◆ **Brief**: Write out again only the lines that run from the start of the entries to the line containing "f 302 290 298", both included.

Stored data
------------------------------------------------------------------------
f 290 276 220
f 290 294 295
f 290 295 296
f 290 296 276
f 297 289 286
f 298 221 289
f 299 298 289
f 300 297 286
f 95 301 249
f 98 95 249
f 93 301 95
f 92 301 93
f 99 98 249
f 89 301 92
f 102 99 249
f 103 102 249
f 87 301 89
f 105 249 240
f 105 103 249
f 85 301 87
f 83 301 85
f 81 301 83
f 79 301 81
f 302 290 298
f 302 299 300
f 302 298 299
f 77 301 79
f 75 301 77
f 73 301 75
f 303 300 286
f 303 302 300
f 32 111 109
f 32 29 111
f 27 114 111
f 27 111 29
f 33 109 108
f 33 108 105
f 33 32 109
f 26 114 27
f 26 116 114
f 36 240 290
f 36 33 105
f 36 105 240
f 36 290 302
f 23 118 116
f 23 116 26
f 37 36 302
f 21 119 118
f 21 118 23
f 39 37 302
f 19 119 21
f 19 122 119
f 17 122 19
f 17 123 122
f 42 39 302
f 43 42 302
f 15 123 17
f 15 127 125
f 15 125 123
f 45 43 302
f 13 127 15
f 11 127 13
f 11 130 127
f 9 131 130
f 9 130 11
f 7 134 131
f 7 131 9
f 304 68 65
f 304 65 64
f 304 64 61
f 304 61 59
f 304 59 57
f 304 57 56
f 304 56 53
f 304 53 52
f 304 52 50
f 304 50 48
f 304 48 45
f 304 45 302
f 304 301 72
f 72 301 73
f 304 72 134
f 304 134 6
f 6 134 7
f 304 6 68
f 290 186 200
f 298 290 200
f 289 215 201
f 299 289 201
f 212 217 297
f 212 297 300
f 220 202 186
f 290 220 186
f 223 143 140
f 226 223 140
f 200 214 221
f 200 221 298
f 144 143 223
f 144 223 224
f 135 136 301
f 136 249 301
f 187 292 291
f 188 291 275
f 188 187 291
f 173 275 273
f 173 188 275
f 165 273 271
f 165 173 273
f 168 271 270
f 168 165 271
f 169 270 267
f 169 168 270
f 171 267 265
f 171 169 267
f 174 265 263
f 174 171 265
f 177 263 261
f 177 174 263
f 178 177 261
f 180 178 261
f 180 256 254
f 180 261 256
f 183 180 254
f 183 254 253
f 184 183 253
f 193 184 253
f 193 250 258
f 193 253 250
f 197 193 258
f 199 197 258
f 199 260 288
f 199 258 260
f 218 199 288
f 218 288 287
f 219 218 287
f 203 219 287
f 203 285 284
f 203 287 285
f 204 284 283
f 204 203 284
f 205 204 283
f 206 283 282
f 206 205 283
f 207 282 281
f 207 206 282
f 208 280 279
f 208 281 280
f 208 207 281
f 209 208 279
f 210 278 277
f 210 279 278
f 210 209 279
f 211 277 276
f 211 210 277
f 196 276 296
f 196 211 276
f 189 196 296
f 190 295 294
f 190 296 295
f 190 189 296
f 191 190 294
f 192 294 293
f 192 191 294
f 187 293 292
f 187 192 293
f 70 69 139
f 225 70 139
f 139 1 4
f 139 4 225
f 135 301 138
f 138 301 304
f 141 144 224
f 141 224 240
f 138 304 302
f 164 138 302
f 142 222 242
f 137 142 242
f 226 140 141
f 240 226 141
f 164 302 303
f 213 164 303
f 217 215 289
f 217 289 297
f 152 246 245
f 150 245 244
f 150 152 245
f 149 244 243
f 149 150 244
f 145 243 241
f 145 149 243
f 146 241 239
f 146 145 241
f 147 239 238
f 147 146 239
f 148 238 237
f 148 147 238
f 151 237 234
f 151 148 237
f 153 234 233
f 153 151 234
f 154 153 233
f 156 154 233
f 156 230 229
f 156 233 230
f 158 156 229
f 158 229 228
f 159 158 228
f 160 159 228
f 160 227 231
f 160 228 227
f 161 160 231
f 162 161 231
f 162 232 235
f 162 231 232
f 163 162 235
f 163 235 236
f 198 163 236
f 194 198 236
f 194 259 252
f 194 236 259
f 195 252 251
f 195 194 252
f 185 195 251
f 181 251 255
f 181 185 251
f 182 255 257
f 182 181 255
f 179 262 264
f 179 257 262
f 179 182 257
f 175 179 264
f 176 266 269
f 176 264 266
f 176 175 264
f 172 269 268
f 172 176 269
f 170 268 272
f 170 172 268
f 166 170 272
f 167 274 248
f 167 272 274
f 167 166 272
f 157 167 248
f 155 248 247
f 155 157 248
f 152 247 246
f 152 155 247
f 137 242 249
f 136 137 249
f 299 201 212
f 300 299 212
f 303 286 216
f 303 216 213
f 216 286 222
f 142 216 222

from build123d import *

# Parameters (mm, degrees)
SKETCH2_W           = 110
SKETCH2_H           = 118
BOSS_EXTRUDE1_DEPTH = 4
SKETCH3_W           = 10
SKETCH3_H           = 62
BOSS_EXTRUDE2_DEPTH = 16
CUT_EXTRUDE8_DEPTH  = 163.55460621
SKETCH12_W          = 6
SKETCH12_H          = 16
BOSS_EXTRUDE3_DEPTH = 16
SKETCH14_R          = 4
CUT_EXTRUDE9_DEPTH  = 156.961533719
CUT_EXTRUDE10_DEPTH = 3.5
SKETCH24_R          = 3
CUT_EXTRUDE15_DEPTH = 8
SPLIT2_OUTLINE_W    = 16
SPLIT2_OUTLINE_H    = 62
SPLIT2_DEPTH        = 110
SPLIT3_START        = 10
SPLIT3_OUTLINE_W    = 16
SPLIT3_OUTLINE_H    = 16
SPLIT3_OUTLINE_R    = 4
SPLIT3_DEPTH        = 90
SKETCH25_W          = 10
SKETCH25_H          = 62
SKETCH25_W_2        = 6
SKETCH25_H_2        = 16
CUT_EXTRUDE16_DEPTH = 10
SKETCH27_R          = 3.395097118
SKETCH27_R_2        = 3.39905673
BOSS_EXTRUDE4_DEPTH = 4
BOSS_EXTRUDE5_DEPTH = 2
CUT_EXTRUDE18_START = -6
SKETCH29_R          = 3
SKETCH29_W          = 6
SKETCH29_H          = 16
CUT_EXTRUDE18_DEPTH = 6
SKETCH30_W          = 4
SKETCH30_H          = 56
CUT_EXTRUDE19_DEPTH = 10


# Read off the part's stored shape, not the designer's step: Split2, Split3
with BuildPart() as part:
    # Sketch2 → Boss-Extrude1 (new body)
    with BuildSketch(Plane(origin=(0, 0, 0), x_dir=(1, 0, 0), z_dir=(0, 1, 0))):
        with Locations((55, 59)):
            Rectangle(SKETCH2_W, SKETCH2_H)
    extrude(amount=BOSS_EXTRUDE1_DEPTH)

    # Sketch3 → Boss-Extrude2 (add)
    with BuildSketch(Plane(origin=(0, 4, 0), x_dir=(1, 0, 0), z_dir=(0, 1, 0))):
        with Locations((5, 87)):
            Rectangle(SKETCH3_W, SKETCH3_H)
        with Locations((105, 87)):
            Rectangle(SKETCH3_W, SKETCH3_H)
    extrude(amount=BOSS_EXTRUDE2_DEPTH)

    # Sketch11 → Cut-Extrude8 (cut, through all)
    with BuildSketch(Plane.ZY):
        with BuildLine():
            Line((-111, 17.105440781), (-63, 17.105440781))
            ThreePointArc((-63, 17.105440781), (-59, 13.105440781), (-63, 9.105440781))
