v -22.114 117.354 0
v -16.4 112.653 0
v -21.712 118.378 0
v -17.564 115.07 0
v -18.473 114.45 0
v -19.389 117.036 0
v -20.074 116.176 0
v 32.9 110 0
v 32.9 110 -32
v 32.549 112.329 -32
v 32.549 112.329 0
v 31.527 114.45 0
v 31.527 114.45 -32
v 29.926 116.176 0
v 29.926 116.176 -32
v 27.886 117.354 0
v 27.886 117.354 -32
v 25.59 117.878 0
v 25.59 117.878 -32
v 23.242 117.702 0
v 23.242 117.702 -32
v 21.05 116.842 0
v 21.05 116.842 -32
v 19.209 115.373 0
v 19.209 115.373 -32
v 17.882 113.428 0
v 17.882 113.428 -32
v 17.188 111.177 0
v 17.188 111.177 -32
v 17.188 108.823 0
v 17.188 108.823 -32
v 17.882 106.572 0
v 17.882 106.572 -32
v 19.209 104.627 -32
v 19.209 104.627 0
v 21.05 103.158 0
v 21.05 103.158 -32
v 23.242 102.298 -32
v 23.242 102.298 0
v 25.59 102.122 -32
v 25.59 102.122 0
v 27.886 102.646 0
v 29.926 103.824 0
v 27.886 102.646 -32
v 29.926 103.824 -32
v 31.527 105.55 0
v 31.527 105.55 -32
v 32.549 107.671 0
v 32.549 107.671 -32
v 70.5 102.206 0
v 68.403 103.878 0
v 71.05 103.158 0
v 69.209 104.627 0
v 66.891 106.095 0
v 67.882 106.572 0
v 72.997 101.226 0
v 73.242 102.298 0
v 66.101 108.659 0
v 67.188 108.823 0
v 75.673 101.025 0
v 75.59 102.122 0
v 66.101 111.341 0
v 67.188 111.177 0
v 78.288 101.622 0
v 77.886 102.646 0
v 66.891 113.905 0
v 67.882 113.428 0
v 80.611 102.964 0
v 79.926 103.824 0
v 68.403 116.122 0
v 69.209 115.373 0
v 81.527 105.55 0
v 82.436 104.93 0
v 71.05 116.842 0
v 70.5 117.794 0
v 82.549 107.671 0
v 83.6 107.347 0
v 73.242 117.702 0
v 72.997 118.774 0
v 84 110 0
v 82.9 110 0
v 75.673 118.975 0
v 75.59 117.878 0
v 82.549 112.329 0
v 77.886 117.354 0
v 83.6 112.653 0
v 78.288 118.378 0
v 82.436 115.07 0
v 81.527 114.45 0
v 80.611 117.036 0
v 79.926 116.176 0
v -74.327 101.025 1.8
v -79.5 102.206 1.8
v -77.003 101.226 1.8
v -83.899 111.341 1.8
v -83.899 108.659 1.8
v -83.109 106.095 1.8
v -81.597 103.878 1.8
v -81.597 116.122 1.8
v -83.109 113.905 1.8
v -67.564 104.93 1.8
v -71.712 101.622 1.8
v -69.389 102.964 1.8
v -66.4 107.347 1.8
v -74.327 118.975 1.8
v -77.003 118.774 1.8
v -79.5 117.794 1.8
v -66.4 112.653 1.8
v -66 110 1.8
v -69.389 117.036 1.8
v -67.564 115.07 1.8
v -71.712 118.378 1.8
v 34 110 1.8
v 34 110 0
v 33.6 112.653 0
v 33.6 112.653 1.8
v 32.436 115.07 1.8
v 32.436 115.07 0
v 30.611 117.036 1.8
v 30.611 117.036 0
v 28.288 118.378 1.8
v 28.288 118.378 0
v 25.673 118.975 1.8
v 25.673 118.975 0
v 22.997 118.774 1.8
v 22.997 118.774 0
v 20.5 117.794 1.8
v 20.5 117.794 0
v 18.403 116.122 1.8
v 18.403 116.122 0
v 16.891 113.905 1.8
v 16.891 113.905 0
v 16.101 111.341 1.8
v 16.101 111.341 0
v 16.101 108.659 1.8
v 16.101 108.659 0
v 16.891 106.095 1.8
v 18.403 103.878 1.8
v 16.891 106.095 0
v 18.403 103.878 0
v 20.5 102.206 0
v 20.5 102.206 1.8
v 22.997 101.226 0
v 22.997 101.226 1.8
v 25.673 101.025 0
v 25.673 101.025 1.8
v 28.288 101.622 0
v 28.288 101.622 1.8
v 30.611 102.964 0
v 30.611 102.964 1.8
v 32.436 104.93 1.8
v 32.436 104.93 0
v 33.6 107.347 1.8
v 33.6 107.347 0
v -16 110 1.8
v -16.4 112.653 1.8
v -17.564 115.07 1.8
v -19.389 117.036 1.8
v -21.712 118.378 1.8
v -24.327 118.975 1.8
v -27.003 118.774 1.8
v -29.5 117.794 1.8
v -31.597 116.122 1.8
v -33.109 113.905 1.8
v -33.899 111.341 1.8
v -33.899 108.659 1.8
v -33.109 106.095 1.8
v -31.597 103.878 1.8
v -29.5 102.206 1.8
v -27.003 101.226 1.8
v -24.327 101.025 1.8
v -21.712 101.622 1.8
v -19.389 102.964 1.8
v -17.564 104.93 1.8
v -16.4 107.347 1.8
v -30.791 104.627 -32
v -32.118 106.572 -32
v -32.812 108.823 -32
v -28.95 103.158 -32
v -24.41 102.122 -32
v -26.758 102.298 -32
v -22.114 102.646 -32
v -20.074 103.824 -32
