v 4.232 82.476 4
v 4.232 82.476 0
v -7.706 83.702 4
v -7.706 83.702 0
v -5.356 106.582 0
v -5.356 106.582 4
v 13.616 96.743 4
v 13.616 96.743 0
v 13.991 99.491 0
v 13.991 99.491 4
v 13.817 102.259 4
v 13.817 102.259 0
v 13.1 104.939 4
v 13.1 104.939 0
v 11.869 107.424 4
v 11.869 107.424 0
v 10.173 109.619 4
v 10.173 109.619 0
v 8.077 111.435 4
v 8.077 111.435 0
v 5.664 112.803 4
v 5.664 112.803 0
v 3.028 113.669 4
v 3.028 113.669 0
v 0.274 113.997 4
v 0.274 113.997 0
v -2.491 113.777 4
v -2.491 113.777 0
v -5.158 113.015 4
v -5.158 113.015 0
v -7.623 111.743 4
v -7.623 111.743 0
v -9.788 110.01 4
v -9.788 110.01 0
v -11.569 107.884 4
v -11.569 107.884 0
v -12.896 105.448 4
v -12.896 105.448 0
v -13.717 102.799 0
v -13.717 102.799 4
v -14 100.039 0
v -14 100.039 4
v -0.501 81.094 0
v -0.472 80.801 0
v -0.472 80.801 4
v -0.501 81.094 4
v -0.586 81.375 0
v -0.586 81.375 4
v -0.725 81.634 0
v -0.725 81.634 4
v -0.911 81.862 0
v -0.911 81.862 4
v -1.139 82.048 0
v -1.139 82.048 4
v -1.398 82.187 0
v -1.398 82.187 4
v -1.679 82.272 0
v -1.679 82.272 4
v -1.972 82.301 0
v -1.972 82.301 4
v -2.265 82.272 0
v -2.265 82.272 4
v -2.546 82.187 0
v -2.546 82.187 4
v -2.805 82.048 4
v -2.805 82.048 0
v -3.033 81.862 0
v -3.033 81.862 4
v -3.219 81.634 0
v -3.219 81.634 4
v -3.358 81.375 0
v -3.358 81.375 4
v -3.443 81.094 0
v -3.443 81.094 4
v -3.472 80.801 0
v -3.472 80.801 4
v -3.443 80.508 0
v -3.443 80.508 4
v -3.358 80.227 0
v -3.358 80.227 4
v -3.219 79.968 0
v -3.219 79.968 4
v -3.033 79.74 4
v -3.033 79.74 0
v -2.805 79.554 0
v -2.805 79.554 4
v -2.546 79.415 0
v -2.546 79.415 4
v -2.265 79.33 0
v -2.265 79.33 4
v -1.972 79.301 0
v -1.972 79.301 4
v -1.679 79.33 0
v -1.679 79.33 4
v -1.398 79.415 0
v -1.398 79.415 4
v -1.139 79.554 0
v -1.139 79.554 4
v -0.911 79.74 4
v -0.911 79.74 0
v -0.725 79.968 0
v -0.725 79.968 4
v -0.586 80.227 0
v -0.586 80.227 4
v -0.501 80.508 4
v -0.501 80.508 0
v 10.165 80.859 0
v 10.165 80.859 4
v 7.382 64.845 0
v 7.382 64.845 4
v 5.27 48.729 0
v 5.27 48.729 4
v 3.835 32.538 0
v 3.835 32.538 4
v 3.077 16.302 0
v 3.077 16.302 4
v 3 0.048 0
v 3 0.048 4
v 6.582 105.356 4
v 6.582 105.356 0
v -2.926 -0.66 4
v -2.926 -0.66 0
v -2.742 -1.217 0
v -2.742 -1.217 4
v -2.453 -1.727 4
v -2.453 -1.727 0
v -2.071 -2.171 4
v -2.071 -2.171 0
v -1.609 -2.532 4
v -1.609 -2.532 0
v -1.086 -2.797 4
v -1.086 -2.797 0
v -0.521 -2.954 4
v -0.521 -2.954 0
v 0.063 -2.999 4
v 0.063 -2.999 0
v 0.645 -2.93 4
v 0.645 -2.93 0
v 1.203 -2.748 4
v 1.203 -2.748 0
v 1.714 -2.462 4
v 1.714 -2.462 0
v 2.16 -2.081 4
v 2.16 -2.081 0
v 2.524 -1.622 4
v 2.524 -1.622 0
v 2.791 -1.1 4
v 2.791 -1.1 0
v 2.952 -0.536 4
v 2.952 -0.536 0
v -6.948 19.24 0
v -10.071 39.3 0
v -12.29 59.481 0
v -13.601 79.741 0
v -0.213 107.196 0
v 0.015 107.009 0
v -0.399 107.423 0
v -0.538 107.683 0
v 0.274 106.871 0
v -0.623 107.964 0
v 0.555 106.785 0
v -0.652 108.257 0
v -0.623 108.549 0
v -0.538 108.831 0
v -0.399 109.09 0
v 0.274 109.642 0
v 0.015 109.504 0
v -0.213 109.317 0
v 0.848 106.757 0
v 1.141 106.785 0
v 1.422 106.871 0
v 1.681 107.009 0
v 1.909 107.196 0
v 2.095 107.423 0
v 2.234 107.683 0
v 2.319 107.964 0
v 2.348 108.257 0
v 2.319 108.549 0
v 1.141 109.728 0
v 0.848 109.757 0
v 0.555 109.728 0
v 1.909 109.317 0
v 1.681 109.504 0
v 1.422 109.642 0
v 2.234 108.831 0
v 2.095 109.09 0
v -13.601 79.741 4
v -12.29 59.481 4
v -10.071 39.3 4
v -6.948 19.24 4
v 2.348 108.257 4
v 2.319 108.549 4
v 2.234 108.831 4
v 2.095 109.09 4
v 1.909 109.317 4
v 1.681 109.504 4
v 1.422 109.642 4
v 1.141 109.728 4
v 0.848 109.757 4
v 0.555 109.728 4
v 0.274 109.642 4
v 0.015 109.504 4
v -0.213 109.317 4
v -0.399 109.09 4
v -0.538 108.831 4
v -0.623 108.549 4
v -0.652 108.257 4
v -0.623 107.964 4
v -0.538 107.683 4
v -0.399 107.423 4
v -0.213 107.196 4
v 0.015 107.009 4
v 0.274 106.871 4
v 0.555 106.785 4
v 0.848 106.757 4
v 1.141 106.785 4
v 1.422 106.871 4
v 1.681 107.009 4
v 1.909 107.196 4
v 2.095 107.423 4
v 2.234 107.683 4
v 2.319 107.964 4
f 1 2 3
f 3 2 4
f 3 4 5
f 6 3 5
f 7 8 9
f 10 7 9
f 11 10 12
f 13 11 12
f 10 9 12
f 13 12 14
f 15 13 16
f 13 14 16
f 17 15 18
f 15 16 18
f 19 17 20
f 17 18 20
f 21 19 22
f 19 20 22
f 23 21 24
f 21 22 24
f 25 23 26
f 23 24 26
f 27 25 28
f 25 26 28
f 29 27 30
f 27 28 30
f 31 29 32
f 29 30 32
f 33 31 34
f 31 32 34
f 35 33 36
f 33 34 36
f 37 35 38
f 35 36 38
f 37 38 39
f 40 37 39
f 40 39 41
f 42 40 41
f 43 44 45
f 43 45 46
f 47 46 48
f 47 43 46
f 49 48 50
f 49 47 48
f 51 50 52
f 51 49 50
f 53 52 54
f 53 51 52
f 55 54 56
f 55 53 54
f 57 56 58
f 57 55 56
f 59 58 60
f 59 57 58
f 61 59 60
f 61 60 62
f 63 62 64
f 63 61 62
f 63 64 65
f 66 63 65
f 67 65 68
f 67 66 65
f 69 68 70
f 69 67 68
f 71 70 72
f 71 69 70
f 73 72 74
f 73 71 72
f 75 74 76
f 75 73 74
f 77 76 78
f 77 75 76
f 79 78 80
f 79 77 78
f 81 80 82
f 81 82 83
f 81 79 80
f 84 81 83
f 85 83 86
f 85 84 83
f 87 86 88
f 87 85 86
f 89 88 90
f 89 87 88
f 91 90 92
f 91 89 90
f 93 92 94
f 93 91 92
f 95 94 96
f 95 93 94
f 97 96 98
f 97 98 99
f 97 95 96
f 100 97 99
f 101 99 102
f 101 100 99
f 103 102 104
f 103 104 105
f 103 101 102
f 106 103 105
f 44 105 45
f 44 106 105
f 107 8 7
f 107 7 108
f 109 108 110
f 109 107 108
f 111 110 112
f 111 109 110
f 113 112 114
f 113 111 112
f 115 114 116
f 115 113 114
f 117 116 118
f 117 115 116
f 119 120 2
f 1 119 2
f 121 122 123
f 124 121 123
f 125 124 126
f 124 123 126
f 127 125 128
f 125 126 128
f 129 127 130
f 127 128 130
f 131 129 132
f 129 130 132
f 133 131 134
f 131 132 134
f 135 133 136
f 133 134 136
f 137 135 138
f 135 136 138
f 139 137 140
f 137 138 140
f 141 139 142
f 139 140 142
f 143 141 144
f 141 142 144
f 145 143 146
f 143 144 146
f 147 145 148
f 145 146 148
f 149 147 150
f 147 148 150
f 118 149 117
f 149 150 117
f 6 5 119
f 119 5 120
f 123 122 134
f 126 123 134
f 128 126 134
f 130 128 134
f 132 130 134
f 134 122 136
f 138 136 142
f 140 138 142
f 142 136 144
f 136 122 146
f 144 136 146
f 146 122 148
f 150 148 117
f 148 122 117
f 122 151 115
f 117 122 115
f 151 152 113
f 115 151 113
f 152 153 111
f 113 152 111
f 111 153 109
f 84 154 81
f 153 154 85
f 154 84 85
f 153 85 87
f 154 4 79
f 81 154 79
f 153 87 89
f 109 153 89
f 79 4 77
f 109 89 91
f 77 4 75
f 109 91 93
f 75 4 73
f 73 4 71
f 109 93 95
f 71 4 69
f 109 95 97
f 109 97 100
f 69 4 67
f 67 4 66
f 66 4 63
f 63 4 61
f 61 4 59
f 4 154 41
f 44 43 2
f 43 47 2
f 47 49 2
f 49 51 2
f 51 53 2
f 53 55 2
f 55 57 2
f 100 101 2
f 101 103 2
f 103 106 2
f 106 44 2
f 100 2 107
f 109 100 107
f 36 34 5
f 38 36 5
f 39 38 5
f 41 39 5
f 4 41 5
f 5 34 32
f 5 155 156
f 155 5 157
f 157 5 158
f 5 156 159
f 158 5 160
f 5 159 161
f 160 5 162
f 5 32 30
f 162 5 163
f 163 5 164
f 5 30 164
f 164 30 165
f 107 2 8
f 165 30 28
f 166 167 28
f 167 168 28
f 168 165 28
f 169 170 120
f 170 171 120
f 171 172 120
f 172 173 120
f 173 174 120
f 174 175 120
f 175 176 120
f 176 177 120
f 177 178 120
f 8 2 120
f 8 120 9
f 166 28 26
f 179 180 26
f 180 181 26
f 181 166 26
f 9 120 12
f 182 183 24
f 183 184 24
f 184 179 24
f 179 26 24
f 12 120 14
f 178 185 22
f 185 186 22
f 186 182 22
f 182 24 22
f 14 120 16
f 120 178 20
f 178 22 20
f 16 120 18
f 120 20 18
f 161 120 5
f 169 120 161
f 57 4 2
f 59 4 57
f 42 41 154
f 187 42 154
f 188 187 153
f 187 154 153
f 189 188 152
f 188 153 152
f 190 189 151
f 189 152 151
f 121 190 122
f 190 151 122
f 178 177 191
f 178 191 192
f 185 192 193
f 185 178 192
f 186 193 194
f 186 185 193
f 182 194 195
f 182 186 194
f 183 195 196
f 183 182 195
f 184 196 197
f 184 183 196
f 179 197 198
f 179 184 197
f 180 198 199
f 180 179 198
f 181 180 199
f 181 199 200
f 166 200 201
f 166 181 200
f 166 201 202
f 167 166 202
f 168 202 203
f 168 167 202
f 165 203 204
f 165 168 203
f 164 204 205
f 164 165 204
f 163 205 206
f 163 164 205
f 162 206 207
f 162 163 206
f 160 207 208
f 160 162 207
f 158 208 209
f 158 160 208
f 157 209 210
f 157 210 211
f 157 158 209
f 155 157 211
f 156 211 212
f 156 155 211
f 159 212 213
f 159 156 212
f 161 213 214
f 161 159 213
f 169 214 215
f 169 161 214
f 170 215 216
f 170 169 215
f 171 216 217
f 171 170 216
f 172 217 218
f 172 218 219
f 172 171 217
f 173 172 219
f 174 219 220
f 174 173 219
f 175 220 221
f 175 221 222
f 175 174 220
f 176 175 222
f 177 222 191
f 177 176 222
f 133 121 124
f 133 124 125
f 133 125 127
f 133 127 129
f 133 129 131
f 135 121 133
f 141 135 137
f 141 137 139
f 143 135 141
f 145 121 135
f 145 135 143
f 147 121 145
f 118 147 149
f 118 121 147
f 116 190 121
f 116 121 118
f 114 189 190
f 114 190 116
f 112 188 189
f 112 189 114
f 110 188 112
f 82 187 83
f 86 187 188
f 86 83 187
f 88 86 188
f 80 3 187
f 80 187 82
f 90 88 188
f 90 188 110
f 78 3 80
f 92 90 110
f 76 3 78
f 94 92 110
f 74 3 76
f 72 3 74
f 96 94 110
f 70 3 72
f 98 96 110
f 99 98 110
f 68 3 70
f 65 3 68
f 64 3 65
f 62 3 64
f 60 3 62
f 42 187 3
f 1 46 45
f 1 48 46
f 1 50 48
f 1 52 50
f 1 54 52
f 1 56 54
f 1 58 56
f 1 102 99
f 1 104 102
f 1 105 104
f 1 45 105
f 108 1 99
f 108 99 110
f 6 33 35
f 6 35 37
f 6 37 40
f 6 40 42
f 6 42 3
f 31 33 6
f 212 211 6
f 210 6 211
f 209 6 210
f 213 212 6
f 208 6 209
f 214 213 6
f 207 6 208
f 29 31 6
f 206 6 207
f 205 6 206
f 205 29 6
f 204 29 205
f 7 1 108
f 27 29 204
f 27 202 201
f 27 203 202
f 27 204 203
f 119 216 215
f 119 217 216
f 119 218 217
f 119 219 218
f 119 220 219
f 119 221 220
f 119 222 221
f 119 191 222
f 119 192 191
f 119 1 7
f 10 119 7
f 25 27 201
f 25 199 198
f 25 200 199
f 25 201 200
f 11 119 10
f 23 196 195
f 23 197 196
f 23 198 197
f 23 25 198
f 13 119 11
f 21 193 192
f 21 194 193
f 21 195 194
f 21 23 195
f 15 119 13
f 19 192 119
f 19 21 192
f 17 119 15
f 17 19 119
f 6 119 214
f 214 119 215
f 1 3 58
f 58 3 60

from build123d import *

# Parameters (mm, degrees)
SKETCH_R  = 1.5
PAD_DEPTH = 4


with BuildPart() as part:
    # Sketch → Pad (new body)
    with BuildSketch(Plane.XY):
        with BuildLine():
            ThreePointArc((13.615765, 96.742557), (1.659489, 113.901298), (-13.999945, 100.039225))
            ThreePointArc((-13.999945, 100.039225), (-11.293951, 49.378275), (-2.926476, -0.660106))
            ThreePointArc((-2.926476, -0.660106), (0.356119, -2.978788), (2.99961, 0.048367))
            ThreePointArc((13.615765, 96.742557), (5.2705, 48.728918), (2.99961, 0.048367))
        make_face()
        with Locations((0.848022, 108.256565)):
            Circle(SKETCH_R, mode=Mode.SUBTRACT)
        with Locations((-1.971907, 80.801)):
            Circle(SKETCH_R, mode=Mode.SUBTRACT)
        Polygon((-5.355573, 106.581629), (6.581629, 105.355573), (4.231688, 82.475936), (-7.705514, 83.701992), align=None, mode=Mode.SUBTRACT)
    extrude(amount=PAD_DEPTH)


solid = part.part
------------------------------------------------------------------------
◆ **Problem solution**:
f 290 276 220
f 290 294 295
f 290 295 296
f 290 296 276
f 297 289 286
f 298 221 289
f 299 298 289
f 300 297 286
f 95 301 249
f 98 95 249
f 93 301 95
f 92 301 93
f 99 98 249
f 89 301 92
f 102 99 249
f 103 102 249
f 87 301 89
f 105 249 240
f 105 103 249
f 85 301 87
f 83 301 85
f 81 301 83
f 79 301 81
f 302 290 298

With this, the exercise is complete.